This type of Rosey the Robot-style hospital encounter already exists in hospitals like Cedars-Sinai Medical Center in Los Angeles and Hancock Health in Greenfield, Indiana.1 But reaching this future state presents unique challenges in some older facilities.

“We don’t have the infrastructure from a true ‘size of the door’ perspective to fit some of these robots into our platform,” said Cecelia Moore, MHA, CPA, CFO and treasurer for Vanderbilt University Medical Center in Nashville, Tennessee.
“I think we’ll get there, but I do think it’s going to take some retrofitting and building to be able to use those types of tools. If you’ve got an older facility, that’s going to be tough to do,” she said. “We went to use a little piece of technology, and we thought it was going to be great, and then we realized: ‘Oh, yeah, our infrastructure won’t support it right now.’ That was a real eye-opener for us.”
Across the industry, the pace of change in healthcare is putting pressure on healthcare leaders to develop a future-forward point of view about what’s next and what’s needed.
Nearly nine out of 10 healthcare finance professionals surveyed by HFMA believe technological innovation will be one of the forces that will reshape healthcare the fastest. Also a driving force: the need to make healthcare more affordable and reduce costs of care (66%). Regulatory and policy changes ranked third at nearly 57%.
Survey Question
Tech innovation and affordability concerns drive push toward healthcare transformation
In your view, what are the forces that will reshape healthcare the fastest?

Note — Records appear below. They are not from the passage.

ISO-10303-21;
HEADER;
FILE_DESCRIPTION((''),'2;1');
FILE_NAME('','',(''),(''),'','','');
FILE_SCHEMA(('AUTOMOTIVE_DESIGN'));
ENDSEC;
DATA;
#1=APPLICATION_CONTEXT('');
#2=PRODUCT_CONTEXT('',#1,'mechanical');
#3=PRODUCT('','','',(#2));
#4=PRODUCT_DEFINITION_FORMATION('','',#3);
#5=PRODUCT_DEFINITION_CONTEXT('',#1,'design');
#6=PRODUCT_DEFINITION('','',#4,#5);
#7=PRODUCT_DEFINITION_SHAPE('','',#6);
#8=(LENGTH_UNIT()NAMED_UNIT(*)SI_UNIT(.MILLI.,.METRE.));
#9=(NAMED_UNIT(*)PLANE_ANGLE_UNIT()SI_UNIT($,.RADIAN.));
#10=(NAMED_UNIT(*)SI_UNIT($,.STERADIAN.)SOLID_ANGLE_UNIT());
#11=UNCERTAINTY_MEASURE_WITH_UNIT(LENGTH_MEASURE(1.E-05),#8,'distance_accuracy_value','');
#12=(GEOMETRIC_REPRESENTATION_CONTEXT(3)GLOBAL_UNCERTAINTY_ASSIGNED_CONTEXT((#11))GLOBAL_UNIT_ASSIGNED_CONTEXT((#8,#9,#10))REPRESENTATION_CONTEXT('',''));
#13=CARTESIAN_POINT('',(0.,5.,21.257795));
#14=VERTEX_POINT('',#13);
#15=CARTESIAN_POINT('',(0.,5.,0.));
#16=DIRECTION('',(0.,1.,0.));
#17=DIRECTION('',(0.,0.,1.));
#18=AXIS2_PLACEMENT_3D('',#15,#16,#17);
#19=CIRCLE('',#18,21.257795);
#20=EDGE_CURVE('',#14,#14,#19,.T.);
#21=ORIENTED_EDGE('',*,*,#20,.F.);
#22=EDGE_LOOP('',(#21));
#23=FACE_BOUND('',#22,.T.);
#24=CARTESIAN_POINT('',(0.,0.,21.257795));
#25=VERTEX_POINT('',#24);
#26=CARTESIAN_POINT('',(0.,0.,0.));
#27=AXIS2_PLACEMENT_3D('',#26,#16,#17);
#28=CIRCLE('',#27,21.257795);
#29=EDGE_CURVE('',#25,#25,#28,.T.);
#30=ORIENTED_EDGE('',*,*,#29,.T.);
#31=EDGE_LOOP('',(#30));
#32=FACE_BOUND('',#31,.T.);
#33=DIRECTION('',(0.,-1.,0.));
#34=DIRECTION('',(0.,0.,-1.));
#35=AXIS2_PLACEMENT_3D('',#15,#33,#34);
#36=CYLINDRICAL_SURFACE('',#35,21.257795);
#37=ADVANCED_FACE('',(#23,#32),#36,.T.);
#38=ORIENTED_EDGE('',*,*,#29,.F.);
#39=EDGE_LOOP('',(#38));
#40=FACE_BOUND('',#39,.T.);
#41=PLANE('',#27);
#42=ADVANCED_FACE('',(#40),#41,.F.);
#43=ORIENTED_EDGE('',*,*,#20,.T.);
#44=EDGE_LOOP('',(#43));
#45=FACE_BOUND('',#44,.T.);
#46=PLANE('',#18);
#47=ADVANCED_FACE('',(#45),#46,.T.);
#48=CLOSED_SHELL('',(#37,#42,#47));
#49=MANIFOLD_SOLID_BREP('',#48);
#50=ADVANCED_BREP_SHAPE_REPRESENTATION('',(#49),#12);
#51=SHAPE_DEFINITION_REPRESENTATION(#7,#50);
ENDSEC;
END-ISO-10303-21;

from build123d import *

# Parameters (mm, degrees)
SKETCH1_R           = 21.257795363
BOSS_EXTRUDE1_DEPTH = 5


with BuildPart() as part:
    # Sketch1 → Boss-Extrude1 (new body)
    with BuildSketch(Plane(origin=(0, 0, 0), x_dir=(1, 0, 0), z_dir=(0, 1, 0))):
        with Locations(Location((0, 0, 0), (0, 0, 270))):
            Circle(SKETCH1_R)
    extrude(amount=BOSS_EXTRUDE1_DEPTH)


solid = part.part
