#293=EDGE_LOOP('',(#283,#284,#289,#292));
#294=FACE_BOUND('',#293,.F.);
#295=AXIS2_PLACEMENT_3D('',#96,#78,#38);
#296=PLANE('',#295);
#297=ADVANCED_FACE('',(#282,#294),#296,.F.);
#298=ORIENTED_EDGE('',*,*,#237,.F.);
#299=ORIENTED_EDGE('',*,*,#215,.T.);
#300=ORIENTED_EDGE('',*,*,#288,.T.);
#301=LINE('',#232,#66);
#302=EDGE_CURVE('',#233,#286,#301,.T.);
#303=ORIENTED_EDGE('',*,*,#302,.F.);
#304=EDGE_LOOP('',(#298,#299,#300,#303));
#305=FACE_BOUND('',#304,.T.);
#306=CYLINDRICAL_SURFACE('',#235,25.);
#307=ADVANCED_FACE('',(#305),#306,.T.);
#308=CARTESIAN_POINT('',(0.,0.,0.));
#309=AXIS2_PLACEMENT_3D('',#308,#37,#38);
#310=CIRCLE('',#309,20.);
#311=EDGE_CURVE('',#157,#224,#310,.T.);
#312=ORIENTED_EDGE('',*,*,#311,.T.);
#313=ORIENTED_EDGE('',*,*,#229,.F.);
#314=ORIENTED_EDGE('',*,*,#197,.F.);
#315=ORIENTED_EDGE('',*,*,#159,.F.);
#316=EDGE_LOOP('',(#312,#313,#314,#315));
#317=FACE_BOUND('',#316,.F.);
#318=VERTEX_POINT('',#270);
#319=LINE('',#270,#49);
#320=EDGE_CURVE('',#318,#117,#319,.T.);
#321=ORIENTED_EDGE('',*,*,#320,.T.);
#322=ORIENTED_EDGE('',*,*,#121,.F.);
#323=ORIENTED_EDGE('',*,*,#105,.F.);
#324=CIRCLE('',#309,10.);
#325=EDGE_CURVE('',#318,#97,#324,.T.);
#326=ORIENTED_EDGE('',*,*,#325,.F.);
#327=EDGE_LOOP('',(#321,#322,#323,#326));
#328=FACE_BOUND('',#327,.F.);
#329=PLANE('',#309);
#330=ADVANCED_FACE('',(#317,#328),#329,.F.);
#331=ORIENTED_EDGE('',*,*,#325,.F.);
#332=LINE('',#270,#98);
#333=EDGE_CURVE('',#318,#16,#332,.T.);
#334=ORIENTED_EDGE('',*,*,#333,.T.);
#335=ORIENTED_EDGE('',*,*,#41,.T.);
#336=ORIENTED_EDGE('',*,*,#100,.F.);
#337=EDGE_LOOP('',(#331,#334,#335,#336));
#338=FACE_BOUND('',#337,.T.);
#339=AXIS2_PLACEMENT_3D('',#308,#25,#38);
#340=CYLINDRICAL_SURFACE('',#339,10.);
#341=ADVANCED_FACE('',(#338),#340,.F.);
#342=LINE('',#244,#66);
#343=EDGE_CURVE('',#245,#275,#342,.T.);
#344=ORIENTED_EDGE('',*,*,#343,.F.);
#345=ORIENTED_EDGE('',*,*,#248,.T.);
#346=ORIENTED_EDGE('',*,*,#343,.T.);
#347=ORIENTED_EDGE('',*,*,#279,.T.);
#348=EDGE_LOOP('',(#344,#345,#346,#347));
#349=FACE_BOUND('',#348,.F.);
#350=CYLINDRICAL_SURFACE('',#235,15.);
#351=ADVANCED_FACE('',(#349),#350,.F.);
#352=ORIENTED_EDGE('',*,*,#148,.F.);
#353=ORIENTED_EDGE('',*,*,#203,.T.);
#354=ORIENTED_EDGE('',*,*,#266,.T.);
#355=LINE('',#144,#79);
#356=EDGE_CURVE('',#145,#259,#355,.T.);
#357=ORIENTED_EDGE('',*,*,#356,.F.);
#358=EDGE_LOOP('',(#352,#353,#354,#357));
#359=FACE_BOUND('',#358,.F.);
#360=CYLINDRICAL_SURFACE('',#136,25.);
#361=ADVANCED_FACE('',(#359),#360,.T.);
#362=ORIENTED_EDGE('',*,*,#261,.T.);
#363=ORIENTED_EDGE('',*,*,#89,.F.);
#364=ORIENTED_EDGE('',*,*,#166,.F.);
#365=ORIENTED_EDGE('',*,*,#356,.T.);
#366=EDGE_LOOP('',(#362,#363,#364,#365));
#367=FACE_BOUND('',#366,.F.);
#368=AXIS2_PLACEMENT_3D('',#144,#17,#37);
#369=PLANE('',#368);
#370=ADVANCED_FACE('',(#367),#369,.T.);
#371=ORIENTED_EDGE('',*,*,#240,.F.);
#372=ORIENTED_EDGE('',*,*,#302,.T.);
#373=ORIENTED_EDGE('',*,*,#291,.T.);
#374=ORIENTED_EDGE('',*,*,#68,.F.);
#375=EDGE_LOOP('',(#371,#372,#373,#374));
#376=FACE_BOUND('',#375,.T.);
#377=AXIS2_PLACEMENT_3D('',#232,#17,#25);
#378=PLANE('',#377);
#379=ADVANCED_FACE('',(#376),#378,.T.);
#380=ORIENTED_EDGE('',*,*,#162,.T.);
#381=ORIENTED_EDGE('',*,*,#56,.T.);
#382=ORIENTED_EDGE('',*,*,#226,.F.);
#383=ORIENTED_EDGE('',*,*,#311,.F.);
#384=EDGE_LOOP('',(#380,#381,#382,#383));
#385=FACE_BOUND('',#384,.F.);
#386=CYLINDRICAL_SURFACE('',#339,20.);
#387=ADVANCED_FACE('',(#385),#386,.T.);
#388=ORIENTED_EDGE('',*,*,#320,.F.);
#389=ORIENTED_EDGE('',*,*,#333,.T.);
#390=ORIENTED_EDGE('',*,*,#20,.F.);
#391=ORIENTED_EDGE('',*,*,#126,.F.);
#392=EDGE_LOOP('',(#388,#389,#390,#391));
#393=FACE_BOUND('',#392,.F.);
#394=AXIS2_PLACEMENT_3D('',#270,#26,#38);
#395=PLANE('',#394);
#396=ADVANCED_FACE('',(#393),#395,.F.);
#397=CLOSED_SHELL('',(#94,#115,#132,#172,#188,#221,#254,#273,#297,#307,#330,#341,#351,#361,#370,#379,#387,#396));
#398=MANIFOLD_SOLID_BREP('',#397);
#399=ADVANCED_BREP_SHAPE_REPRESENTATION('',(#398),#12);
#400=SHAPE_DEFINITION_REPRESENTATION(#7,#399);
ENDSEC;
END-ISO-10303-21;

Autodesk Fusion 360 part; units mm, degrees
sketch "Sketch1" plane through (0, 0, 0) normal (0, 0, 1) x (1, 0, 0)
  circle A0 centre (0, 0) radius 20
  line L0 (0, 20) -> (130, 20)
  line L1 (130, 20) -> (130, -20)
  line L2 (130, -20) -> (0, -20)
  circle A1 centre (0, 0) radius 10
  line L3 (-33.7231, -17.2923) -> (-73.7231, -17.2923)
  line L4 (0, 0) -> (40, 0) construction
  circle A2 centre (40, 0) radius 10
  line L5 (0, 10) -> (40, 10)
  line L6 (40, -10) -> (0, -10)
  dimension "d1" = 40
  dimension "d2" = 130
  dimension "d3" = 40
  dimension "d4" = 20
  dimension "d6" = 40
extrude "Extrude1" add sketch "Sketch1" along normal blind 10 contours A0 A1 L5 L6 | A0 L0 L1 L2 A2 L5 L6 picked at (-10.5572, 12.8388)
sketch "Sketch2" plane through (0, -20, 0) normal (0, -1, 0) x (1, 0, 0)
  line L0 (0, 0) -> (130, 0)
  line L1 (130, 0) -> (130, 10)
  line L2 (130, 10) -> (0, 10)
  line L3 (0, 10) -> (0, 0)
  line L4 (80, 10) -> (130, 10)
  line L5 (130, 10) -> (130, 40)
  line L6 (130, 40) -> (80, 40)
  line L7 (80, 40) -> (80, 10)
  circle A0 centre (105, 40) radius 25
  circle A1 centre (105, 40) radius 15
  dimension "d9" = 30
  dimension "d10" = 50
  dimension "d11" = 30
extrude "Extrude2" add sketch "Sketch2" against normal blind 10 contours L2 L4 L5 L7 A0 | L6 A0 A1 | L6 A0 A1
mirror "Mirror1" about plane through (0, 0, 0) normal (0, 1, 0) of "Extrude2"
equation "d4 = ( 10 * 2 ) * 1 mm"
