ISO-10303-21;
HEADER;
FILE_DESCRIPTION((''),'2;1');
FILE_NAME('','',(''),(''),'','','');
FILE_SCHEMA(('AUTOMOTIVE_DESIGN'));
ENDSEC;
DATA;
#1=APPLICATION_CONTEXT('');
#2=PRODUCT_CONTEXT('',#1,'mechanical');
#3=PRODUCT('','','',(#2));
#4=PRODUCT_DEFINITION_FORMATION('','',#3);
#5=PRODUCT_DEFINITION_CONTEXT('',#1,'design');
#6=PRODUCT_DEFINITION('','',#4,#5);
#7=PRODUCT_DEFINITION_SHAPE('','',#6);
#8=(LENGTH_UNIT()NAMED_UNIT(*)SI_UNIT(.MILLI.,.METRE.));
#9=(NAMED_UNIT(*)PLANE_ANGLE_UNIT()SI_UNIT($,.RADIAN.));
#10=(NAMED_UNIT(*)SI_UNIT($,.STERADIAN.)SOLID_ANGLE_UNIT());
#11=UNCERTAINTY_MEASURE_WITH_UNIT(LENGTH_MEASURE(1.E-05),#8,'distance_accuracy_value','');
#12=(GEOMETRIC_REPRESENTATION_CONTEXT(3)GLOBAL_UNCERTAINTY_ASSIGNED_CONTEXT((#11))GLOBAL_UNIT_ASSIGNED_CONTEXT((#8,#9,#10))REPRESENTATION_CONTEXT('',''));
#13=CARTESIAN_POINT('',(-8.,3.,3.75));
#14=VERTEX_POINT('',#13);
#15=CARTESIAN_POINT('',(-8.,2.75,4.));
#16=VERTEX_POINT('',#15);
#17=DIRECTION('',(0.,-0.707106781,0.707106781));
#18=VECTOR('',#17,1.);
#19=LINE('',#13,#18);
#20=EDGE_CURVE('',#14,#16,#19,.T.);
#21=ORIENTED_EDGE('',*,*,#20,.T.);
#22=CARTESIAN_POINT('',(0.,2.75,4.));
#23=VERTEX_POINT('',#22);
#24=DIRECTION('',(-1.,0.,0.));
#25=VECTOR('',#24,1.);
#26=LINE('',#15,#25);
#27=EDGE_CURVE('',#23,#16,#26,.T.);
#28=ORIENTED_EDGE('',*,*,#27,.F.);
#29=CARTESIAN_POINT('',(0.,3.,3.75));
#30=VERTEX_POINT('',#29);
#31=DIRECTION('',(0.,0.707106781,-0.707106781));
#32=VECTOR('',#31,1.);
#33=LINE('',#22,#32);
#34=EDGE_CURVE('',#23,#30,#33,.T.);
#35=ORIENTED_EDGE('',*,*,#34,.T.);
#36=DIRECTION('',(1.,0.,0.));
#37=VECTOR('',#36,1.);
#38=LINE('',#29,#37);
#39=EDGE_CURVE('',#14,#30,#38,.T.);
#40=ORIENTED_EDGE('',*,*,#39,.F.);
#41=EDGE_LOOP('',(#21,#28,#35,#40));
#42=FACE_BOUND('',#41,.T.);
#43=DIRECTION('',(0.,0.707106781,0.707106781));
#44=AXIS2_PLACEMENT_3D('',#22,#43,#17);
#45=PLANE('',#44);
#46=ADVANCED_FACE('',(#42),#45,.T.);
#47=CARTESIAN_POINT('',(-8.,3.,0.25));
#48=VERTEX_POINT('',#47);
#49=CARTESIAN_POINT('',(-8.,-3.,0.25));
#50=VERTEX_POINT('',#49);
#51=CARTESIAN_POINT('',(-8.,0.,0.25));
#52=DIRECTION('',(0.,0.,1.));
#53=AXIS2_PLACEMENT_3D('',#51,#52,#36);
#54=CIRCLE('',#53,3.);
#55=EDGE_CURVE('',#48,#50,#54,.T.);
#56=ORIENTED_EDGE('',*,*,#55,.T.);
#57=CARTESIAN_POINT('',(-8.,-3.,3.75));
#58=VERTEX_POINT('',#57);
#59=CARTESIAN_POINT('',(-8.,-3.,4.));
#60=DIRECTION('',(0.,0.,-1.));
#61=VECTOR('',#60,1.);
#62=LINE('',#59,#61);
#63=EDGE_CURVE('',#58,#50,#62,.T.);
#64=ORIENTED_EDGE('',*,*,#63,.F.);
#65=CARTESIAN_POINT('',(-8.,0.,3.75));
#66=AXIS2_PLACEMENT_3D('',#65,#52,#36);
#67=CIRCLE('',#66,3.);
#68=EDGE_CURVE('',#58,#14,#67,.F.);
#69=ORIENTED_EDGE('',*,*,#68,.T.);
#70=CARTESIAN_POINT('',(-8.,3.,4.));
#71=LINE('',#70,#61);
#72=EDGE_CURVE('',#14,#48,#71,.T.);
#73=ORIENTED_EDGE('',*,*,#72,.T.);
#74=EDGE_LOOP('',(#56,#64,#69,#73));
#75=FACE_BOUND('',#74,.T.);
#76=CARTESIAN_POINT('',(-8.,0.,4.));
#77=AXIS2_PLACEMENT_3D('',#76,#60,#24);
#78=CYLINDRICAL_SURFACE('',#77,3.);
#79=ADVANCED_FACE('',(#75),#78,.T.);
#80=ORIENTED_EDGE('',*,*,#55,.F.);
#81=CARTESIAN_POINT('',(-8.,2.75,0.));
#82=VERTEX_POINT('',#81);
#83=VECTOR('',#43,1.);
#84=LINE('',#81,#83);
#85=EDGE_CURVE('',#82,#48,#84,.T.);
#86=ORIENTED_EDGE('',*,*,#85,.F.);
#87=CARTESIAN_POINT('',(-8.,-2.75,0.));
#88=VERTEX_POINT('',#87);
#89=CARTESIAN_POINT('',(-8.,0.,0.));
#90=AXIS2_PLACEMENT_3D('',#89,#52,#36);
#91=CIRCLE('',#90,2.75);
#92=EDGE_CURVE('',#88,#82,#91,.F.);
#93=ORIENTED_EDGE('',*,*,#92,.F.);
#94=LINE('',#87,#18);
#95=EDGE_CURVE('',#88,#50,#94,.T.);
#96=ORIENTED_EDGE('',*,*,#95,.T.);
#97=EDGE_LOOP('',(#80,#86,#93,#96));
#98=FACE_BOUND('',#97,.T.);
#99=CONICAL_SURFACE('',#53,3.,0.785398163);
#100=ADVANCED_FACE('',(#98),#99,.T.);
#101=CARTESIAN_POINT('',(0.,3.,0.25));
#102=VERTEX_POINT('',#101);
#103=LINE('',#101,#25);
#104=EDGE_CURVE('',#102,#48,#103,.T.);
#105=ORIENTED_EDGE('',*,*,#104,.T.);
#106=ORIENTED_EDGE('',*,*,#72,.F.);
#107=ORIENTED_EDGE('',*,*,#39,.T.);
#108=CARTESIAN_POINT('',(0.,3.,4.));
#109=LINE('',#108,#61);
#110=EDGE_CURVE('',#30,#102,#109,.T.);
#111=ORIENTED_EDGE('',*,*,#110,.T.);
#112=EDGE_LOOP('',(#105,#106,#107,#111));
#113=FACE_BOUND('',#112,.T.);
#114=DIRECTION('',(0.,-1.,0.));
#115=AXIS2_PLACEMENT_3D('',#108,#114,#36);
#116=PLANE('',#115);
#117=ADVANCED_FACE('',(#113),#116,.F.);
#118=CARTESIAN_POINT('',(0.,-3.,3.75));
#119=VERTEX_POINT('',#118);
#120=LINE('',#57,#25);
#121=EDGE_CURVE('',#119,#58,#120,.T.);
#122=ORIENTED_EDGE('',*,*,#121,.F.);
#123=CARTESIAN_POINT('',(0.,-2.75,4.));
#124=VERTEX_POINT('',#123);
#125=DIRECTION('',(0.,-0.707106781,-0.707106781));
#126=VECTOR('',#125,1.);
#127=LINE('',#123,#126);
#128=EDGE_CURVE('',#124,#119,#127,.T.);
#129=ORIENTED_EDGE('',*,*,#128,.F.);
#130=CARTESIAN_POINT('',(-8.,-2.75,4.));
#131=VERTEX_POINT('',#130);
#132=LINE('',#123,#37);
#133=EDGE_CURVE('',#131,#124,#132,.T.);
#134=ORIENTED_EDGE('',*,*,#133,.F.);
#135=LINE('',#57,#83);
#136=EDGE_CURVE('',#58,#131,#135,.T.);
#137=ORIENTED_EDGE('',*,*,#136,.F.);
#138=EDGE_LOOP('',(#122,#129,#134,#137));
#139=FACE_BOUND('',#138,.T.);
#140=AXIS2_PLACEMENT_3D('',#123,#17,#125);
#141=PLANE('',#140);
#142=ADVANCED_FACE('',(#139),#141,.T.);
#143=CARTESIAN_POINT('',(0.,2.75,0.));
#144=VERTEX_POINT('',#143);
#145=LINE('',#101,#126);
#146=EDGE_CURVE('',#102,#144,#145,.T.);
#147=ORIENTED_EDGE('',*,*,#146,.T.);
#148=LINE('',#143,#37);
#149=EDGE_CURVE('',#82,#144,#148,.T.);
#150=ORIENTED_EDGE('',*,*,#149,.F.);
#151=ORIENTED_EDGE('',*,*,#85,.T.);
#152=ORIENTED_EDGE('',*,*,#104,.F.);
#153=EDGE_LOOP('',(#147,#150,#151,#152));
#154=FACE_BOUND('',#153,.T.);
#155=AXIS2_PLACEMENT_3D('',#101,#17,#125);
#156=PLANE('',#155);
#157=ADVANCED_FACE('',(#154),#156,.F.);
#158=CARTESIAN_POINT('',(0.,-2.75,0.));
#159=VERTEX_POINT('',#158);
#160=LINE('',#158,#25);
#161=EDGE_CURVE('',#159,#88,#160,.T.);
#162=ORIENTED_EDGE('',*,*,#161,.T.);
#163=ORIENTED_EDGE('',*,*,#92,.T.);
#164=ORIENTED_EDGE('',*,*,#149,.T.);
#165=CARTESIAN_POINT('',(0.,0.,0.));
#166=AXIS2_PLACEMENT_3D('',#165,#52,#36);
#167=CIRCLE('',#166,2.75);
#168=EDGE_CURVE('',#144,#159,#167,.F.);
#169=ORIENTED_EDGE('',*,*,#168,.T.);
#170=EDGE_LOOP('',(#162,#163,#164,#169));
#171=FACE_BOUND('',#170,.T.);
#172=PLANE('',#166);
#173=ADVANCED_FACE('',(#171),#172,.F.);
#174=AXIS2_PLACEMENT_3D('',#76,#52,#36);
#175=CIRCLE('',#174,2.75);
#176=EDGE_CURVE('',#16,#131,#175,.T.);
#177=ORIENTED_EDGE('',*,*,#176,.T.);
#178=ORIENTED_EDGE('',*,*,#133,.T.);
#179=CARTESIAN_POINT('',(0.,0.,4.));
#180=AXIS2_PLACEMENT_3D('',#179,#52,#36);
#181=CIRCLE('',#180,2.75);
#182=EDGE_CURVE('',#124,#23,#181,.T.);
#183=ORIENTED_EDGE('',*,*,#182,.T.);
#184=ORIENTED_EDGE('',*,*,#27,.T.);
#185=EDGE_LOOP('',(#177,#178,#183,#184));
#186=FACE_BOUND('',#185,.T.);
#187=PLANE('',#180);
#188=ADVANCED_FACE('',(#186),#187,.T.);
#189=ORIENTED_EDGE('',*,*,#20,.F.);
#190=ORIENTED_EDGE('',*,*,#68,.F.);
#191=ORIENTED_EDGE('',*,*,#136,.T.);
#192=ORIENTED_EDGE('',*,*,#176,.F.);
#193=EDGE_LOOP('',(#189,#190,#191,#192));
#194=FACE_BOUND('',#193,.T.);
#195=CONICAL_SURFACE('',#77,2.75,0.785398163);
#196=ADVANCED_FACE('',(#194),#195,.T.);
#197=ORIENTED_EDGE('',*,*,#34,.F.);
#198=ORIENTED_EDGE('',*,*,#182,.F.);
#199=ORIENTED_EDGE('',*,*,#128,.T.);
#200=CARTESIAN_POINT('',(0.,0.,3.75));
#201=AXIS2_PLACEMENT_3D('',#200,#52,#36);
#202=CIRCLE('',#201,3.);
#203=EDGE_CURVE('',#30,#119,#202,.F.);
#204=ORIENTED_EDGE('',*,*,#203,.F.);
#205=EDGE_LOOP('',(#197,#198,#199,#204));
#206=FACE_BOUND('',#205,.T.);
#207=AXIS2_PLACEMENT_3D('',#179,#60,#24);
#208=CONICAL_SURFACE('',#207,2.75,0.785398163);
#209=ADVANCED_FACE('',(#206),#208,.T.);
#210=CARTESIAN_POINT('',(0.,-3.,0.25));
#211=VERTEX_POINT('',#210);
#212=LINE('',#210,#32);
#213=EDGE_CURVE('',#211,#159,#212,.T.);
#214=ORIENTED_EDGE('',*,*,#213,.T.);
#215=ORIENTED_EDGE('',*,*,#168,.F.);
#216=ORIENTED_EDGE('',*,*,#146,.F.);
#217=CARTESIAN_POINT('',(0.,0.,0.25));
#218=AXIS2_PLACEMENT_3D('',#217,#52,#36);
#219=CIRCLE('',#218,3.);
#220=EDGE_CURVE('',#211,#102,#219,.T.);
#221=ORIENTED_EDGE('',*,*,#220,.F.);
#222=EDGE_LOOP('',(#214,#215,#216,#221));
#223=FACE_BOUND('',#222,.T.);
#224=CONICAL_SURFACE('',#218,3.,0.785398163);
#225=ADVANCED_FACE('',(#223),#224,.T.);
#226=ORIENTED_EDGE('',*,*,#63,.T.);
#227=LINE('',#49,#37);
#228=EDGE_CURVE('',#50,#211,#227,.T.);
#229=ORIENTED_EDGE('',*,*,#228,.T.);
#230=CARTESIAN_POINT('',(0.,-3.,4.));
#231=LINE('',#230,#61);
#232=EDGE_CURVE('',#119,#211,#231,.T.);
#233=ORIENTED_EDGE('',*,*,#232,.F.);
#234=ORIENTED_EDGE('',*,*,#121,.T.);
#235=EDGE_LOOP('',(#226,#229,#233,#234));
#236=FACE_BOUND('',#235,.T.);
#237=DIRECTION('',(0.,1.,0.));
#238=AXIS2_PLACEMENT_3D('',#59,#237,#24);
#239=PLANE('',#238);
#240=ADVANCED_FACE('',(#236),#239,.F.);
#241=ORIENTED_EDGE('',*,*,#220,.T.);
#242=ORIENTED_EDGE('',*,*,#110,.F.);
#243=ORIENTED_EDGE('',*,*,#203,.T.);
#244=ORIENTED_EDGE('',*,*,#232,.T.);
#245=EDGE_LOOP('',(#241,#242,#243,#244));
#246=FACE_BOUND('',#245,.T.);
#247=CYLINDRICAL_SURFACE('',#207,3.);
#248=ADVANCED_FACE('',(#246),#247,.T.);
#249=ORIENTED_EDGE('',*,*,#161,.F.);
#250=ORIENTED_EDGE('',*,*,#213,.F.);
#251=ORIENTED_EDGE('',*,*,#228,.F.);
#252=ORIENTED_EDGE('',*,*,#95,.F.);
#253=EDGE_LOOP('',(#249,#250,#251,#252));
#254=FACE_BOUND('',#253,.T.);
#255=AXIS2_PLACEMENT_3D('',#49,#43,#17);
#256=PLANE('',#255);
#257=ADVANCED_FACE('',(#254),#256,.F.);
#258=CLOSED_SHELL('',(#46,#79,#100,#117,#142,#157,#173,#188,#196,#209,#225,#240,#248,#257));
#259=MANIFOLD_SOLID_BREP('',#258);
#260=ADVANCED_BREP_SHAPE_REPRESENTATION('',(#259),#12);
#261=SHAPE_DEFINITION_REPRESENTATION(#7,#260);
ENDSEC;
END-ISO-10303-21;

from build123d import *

# Parameters (mm, degrees)
EXTRUDE1_DEPTH = 4
CHAMFER1_SIZE  = 0.25


with BuildPart() as part:
    # Sketch1 → Extrude1 (new body)
    with BuildSketch(Plane.XY):
        with BuildLine():
            Line((0, 3), (-8, 3))
            ThreePointArc((-8, 3), (-11, 0), (-8, -3))
            Line((-8, -3), (0, -3))
            ThreePointArc((0, -3), (3, 0), (0, 3))
        make_face()
    extrude(amount=EXTRUDE1_DEPTH)

    # Chamfer1
    chamfer1_edges = [part.edges().sort_by_distance(p)[0] for p in [
        (-11, 0, 4),
        (-4, -3, 4),
        (3, 0, 4),
        (-4, -3, 0),
        (-11, 0, 0),
        (-4, 3, 0),
        (3, 0, 0),
        (-4, 3, 4),
    ]]
    chamfer(chamfer1_edges, length=CHAMFER1_SIZE)


solid = part.part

Note: Survey participants could select more than one response.
Source: HFMA survey of healthcare finance professionals, Jan. 27-Feb. 16, 2026
About 44% of healthcare finance professionals also predict “significantly more” care will be provided outside hospital walls within 10 years, while nearly 37% say it will at least be “moderately more.”
But as the baseline of what’s possible in healthcare changes rapidly, there are also signs that the industry is clinging to an old model of healthcare delivery.
A recent analysis indicates that health systems are investing a record amount on new hospital construction, far more than on outpatient facilities like ambulatory surgery centers.2 And while an Oliver Wyman report projects that annual healthcare spending could rise to $9 trillion in the next decade unless the industry recommits to affordability, healthcare leaders are concerned their organizations aren’t prepared to meet the moment.3
Among HFMA survey respondents, one out of four believe leaders are somewhat or very unprepared to lead the hospital of the future.
“We’re at a crossroads in healthcare,” said Jeremy Friese, MD, founder and CEO of Humata Health, a prior authorization-focused tech company.
“For the first time ever, nobody is financially on solid footing,” he said. “Historically, it’s been a situation where either the providers were OK or the payers were OK, but it was like a zero-sum game, and you were just moving money around. We’re now at the first time ever where our economy essentially revolves around healthcare, and healthcare finances are not sustainable, period. If it doesn’t change in 10 years, we’ll have a major problem.”
Survey Question
Majority have confidence in C-suite’s ability to lead the hospital of the future
How prepared do you believe senior healthcare leaders are to lead the hospital of the future?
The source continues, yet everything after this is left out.